The Vanishing Pelosi
This article is from the archive of The New York Sun before the launch of its new website in 2022. The Sun has neither altered nor updated such articles but will seek to correct any errors, mis-categorizations or other problems introduced during transfer.

The United States Mint launched its new Washington dollar coin in New York City yesterday with a public relations blitz in Grand Central Terminal featuring a Washington impersonator. But experience has taught that it is going to take more than razzle dazzle to win acceptance for a dollar coin. The Susan B. Anthony dollar coin introduced in 1979 failed to catch on, and the Sacagawea dollar introduced in 2000 can be found mainly as change in stamp vending machines at the post office.
Maybe the mint thought a dollar coin with a man on it would be more popular. But Washington is already on the quarter and the dollar bill, so it seems a bit excessive to put his image on yet a third piece of American tender. Advocates of dollar coins say they last longer than currency and so save the taxpayers the cost of replacing worn bills. Critics say that moving the dollar to a single coin is subtly inflationary, as a unit of value — the dollar — that belonged with the five, the 10, and the 20 is shifted to same category as pennies and nickels.

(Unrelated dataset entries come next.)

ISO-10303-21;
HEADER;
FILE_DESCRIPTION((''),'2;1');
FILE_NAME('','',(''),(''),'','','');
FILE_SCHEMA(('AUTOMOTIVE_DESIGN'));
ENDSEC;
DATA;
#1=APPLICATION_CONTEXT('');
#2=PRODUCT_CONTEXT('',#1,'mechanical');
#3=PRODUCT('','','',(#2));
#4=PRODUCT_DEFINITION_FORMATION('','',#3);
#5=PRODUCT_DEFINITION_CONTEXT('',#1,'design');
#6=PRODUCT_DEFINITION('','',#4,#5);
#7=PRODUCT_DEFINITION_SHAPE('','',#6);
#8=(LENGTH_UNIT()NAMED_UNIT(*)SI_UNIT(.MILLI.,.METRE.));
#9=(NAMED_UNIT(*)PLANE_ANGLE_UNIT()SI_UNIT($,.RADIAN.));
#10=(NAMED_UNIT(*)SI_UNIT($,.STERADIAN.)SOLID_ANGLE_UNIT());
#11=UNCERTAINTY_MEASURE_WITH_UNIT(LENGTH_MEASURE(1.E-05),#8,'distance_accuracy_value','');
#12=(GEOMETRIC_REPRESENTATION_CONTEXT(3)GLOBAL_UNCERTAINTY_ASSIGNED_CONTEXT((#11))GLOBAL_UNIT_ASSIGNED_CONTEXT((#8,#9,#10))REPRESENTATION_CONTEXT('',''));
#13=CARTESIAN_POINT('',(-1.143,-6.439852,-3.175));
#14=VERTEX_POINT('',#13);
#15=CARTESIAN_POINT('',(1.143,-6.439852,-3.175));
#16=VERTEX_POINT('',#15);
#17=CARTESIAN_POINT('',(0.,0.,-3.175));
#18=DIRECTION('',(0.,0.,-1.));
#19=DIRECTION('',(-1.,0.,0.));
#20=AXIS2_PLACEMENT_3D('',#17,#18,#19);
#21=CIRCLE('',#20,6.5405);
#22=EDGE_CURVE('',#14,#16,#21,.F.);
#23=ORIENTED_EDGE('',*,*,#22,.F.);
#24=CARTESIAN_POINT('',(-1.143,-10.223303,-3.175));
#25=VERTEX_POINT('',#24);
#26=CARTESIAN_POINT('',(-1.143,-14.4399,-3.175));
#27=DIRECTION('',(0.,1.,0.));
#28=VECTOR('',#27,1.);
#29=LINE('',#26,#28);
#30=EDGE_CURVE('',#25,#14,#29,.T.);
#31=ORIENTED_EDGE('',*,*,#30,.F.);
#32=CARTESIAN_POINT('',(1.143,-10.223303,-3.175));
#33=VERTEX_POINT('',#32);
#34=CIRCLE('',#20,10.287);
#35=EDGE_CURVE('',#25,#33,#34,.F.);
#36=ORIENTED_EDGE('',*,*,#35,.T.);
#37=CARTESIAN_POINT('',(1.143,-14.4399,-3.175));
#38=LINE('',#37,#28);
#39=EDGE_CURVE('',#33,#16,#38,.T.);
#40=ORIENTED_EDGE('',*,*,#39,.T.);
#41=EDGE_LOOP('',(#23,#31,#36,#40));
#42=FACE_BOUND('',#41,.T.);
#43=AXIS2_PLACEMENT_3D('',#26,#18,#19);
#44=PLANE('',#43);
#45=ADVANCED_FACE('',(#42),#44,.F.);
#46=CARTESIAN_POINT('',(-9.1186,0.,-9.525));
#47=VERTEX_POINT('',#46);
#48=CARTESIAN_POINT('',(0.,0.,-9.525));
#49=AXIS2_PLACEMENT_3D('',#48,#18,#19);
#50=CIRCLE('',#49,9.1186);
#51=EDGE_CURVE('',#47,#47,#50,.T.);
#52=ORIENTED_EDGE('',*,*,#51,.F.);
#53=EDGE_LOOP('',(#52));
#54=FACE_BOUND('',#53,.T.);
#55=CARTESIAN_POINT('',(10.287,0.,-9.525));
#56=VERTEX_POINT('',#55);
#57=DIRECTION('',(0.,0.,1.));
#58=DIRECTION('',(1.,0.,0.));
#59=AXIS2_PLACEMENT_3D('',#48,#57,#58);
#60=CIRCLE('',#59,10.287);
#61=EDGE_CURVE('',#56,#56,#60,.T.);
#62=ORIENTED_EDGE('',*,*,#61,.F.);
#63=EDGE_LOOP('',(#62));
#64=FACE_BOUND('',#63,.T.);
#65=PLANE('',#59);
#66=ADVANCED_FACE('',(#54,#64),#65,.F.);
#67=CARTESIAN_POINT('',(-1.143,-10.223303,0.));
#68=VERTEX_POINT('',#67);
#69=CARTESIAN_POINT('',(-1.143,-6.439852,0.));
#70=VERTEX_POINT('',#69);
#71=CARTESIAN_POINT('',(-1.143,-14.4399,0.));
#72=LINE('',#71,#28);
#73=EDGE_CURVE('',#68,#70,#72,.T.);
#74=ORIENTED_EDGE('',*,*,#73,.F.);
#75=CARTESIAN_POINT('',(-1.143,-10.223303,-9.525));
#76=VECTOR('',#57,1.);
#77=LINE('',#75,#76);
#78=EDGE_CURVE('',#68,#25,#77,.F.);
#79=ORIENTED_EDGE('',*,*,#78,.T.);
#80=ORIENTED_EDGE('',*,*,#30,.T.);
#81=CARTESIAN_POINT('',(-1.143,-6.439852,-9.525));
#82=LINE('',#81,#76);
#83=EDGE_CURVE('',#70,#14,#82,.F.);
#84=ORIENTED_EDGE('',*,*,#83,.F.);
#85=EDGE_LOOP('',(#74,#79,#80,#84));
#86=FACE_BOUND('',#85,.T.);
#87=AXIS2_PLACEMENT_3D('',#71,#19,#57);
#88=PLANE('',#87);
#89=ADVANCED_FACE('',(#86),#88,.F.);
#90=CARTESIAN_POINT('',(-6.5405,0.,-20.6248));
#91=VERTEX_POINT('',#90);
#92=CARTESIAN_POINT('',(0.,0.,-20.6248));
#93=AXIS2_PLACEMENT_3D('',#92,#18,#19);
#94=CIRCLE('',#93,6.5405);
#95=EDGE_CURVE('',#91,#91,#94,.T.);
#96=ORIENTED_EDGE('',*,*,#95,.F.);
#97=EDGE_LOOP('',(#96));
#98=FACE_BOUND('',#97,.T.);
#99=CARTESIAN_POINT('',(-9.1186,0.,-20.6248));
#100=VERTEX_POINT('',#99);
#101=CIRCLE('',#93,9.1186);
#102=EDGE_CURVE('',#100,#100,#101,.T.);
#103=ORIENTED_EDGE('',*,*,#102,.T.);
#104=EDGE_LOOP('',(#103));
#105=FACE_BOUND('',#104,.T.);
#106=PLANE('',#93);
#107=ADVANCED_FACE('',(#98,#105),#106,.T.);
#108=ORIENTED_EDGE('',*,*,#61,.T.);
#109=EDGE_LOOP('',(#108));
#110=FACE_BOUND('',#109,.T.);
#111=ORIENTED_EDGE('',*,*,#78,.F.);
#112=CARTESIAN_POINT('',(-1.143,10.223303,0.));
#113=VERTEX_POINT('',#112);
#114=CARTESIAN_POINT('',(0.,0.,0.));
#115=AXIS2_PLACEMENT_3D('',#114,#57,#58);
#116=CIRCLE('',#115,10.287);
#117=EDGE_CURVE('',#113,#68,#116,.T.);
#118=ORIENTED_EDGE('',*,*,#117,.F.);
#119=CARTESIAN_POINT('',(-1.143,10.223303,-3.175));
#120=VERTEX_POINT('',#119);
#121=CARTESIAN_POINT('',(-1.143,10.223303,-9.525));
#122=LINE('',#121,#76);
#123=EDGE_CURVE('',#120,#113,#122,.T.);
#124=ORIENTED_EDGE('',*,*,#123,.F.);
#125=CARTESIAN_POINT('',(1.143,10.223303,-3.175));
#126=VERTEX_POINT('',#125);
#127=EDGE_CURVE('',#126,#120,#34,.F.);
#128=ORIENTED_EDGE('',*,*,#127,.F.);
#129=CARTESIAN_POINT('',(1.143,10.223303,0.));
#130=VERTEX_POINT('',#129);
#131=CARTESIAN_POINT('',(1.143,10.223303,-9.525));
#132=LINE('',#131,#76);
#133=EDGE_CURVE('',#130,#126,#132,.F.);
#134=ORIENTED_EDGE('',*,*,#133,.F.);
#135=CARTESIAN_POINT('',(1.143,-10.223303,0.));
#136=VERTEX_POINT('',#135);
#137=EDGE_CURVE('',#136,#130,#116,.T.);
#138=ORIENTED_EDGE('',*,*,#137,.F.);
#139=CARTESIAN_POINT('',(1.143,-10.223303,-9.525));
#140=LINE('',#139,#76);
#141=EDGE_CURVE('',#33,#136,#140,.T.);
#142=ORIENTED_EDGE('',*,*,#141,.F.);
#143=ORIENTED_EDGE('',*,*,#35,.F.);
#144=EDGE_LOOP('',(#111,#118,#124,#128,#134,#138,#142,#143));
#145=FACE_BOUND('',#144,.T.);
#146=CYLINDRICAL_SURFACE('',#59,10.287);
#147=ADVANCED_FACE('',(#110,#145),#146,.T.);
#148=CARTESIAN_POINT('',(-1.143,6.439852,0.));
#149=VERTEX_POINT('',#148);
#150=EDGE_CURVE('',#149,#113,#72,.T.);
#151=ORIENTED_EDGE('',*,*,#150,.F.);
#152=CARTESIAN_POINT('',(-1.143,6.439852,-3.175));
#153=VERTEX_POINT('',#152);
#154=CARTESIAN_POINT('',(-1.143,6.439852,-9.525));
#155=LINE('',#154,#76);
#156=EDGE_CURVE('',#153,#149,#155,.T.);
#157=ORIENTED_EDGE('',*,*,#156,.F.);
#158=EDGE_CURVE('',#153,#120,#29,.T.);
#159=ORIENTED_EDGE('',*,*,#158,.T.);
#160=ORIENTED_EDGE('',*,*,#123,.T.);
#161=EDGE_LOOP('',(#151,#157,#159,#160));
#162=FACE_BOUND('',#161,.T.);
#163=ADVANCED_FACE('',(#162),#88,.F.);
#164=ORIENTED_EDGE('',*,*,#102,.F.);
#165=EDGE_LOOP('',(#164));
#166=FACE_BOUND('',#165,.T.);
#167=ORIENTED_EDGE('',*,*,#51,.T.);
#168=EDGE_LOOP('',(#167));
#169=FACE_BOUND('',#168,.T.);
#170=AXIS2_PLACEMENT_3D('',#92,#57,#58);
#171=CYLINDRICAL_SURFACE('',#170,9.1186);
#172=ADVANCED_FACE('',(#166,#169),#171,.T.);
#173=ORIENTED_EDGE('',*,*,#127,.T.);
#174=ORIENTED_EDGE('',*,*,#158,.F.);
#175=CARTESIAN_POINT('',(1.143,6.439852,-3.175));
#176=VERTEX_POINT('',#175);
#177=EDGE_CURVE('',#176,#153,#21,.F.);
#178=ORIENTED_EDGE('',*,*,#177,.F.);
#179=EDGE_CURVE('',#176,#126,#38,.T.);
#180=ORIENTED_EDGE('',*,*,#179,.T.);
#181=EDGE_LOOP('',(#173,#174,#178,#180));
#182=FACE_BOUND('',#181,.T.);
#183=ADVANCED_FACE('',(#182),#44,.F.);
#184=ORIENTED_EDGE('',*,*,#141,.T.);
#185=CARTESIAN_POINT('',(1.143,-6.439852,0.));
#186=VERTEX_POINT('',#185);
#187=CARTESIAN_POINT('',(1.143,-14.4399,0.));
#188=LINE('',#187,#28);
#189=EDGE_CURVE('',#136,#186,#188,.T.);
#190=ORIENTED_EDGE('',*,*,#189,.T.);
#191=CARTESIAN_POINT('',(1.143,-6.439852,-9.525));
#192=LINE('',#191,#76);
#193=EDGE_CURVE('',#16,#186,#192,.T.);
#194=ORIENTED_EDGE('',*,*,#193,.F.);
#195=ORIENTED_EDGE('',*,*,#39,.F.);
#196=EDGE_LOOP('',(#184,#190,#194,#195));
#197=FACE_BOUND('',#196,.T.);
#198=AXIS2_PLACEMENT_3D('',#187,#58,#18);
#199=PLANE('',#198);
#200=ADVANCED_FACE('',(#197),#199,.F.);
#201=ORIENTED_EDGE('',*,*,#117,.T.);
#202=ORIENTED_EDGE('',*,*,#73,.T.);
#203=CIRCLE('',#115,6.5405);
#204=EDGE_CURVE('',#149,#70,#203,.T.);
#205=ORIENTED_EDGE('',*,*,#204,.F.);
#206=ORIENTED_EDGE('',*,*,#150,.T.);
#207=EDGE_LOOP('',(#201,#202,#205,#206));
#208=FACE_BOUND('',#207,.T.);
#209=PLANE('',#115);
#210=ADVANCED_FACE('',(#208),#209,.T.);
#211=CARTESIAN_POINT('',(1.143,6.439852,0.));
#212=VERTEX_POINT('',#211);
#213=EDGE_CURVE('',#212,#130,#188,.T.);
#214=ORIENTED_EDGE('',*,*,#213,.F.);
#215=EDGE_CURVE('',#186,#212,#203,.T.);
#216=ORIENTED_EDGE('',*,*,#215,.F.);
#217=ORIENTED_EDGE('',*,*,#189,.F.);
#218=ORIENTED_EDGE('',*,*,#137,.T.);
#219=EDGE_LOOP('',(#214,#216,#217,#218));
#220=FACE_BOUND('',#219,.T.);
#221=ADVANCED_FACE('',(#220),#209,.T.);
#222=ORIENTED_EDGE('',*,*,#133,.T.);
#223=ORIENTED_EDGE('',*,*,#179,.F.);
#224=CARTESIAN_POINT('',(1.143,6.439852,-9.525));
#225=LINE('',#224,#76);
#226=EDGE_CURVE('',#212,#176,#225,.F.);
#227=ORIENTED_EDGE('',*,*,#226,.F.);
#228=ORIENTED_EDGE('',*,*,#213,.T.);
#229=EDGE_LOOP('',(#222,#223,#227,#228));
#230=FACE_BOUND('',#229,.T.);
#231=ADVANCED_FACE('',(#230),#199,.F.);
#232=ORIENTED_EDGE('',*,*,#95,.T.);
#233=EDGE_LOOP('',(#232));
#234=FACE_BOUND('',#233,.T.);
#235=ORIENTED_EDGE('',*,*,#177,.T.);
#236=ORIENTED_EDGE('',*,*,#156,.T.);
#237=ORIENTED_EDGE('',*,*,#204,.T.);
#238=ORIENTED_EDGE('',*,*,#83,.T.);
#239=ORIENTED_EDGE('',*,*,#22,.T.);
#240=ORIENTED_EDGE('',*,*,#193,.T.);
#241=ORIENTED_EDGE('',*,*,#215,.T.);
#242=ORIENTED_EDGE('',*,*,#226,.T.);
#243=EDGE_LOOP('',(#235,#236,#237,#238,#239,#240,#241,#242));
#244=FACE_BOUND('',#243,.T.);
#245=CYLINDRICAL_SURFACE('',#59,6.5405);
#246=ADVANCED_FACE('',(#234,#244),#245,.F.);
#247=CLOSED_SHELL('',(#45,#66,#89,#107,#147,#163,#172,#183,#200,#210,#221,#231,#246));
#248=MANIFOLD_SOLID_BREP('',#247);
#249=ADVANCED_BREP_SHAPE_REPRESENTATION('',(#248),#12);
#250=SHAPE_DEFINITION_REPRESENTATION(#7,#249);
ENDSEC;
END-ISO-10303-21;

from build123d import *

# Parameters (mm, degrees)
SKETCH1_R           = 10.287
SKETCH1_R_2         = 6.5405
BOSS_EXTRUDE1_DEPTH = 9.525
SKETCH3_R           = 9.1186
SKETCH3_R_2         = 6.5405
BOSS_EXTRUDE3_DEPTH = 11.0998
SKETCH4_W           = 2.286
SKETCH4_H           = 3.175
CUT_EXTRUDE1_DEPTH  = 14.4399


with BuildPart() as part:
    # Sketch1 → Boss-Extrude1 (new body)
    with BuildSketch(Plane.XY):
        Circle(SKETCH1_R)
        Circle(SKETCH1_R_2, mode=Mode.SUBTRACT)
    extrude(amount=-BOSS_EXTRUDE1_DEPTH)

    # Sketch3 → Boss-Extrude3 (add)
    with BuildSketch(Plane(origin=(0, 0, -9.525), x_dir=(-1, 0, 0), z_dir=(0, 0, -1))):
        Circle(SKETCH3_R)
        with Locations(Location((0, 0, 0), (0, 0, 180))):
            Circle(SKETCH3_R_2, mode=Mode.SUBTRACT)
    extrude(amount=BOSS_EXTRUDE3_DEPTH)

    # Sketch4 → Cut-Extrude1 (cut, symmetric)
    with BuildSketch(Plane(origin=(0, 0, 0), x_dir=(1, 0, 0), z_dir=(0, 1, 0))):
        with Locations((0, 1.5875)):
            Rectangle(SKETCH4_W, SKETCH4_H)
    extrude(amount=CUT_EXTRUDE1_DEPTH, both=True, mode=Mode.SUBTRACT)


solid = part.part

There is a school of thought about money — we call it the constitutionalist school — that is less focused on the decoration and design of the specie or banknotes than on what the currency represents. The American dollar once represented a stable unit of value — a given amount, defined by law, of gold. Now we rely on the Federal Reserve to keep inflation in check by controlling the money supply and thus making sure that a dollar today is worth about a dollar tomorrow, whether that dollar is on green paper or on mined and minted metal.
The power “To coin Money, regulate the Value thereof, and of foreign Coin” is a power that the Founders of America delegated to the Congress in the same sentence of Article I in which they also delegated to it the power to “fix the Standard of Weights and Measures.” Congress, in turn, has delegated the power to the Federal Reserve. We pointed this out on November 30, in an editorial called “The Pelosi.” We pointed out that on that date the dollar was worth about 1/637 of an ounce of gold. Since then, it has plunged to a scant 1/672 of an ounce of gold. It’s not a moment when we’d recommend focusing on the dollar’s design.